I was just talking to a couple in my office. They’re anticipating their 50th wedding anniversary. I thought of the word “endurance”… you don’t often think of that as an expression of love. It certainly doesn’t sound very romantic. But it is.
As I’ve thought a lot about marriage the past month or so… its a new political hot-potato, I began thinking about what makes a marriage Christian? After all, we can’t wait for the culture to define it for us. Christian marriage should reflect God’s character and work if He is the source. So, here several things I see.
1. Christian marriage is a work of completion. Our God completes things. He made humanity male and female (Ge. 1:26-27) to bear His image. When man was made he was incomplete. So God created a partner to complete him (Ge. 2:20-24). And he gave them a relationship (one flesh). This is a picture of two distinct persons being unified and becoming complete.

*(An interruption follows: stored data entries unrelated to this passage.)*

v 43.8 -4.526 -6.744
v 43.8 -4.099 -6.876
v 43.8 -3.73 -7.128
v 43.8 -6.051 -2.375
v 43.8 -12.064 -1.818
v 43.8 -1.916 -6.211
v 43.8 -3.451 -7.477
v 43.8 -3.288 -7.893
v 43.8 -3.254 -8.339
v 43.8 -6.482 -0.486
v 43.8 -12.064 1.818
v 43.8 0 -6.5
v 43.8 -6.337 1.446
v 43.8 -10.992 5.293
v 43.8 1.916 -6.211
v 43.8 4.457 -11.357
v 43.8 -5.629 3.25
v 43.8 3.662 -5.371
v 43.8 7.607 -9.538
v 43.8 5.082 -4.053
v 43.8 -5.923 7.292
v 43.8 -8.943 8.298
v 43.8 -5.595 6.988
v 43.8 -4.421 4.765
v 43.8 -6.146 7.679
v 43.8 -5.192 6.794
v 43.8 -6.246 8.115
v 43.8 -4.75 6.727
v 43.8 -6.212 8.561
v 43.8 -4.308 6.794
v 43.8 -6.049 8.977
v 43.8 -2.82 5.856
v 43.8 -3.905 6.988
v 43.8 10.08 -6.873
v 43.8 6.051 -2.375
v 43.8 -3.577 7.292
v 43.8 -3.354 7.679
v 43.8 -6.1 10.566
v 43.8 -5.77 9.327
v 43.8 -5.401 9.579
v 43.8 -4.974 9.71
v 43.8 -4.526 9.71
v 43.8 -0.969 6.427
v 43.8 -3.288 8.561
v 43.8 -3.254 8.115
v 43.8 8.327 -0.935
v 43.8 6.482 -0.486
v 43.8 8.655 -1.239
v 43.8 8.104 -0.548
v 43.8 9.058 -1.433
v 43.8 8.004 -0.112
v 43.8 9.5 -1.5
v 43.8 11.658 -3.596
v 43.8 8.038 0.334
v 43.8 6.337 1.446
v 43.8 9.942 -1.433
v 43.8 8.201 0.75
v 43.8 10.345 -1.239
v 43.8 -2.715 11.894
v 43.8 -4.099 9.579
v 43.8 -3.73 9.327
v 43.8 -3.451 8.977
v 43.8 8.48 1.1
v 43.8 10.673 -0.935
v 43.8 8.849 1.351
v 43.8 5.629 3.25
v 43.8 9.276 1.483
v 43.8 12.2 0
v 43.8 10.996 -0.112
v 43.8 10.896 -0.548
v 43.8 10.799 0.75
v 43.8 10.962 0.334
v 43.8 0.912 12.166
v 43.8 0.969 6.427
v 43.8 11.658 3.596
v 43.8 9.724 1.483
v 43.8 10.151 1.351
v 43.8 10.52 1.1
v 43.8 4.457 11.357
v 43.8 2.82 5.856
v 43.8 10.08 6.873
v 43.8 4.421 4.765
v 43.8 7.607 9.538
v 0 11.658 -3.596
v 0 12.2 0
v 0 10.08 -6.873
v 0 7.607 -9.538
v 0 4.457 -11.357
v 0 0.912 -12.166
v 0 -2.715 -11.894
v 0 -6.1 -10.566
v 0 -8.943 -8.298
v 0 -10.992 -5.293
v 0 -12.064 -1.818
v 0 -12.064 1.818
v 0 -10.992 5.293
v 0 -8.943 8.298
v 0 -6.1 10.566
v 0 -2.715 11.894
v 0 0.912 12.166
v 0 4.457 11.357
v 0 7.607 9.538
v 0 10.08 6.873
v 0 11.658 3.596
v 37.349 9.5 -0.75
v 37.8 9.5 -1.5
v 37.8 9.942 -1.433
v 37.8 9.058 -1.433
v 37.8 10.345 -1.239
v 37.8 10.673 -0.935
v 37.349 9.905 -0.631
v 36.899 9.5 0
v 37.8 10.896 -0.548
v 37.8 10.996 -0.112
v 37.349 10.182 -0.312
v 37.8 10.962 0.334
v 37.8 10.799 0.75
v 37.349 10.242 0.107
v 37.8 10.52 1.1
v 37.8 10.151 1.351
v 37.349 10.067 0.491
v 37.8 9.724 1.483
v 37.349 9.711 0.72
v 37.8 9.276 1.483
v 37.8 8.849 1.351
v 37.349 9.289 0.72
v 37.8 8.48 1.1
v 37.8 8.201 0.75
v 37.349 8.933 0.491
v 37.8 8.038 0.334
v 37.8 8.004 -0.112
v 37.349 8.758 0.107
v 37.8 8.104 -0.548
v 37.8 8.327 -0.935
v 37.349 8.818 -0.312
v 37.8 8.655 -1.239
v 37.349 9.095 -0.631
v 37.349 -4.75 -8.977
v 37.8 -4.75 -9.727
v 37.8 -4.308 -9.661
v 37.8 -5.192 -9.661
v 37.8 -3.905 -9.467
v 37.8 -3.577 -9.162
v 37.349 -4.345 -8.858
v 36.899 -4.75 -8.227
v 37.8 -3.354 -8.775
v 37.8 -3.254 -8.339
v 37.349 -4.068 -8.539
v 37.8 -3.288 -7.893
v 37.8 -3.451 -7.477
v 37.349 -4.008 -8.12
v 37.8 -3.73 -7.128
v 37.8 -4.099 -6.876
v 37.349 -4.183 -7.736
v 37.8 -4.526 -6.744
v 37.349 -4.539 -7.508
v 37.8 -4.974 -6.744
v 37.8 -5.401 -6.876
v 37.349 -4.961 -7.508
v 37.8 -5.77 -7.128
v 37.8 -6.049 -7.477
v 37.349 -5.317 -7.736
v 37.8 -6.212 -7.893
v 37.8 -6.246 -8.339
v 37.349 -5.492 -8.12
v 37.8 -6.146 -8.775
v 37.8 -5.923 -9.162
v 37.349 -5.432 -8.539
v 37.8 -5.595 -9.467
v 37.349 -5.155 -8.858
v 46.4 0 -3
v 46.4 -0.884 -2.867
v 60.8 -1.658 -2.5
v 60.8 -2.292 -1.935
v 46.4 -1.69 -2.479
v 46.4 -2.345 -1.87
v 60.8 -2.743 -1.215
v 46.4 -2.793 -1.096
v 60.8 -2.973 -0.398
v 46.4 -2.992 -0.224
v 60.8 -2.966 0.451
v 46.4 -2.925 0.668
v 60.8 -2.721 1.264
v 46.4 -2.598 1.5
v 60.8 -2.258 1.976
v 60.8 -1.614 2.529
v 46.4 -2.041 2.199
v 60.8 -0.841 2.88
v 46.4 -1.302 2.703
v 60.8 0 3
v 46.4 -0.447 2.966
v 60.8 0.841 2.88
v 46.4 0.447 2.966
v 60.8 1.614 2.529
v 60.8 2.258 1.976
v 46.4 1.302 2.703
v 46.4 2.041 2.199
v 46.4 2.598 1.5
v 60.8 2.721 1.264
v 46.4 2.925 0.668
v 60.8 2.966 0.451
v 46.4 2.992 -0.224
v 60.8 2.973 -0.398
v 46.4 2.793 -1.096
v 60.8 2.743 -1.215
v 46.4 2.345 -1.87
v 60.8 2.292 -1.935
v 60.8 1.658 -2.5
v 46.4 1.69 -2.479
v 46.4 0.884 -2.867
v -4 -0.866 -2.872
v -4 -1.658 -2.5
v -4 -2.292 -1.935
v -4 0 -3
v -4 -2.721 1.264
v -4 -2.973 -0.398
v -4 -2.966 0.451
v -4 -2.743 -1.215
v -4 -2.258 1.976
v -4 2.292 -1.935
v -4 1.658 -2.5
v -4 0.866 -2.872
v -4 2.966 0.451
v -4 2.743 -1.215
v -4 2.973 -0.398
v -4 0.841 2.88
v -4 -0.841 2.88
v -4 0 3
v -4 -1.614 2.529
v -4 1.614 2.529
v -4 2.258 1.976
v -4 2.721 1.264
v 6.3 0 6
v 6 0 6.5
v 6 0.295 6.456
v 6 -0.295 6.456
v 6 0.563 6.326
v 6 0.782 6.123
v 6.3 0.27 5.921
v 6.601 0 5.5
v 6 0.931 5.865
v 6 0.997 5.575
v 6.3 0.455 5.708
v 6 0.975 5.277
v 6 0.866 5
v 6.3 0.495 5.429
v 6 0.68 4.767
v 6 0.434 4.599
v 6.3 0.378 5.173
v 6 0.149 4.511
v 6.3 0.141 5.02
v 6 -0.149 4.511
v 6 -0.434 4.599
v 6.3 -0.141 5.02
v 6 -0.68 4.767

2. Christian marriage is an expression of God’s creativity. God is pro-creation! And he told them to procreate (Ge. 1:28). Nevertheless this is one of the purposes of marriage and it expresses God’s commitment to and His involvement with His creation.
3. Christian marriage is an exercise in redemption. In Ephesians 5:22-33, through love and submission, a husband and wife sacrifices for one another. In loving commitment they give and forgive.
4. Christian marriage is an affirmation of covenant. God is all about “covenant” relationships. Two things that are essential to covenant are fidelity and faithfulness. Promises made are kept. The purity of the marriage bed is part of that fidelity(Heb. 13:4). Some love is inclusive (God loves all people). Some love is exclusive (God loves His covenant bride). Marriage love is exclusive. Faithfulness is essential. This longevity challenges us to yield and grow together (Matt. 9:3-6).
We can sum this all up by saying that Christian marriage is a covenant relationship between a man and woman. It is lived for the sake of the other, to promote the creative and redemptive purposes of God. It is lived in purity and permanence.
We worry about losing marriage. We can’t lose God’s purpose for marriage if Christians will live in Christian marriages.
What do you think makes a marriage uniquely Christian?
How have you experienced this?
What impact can we have on culture if even half of married Christians devoted themselves to this kind of marriage?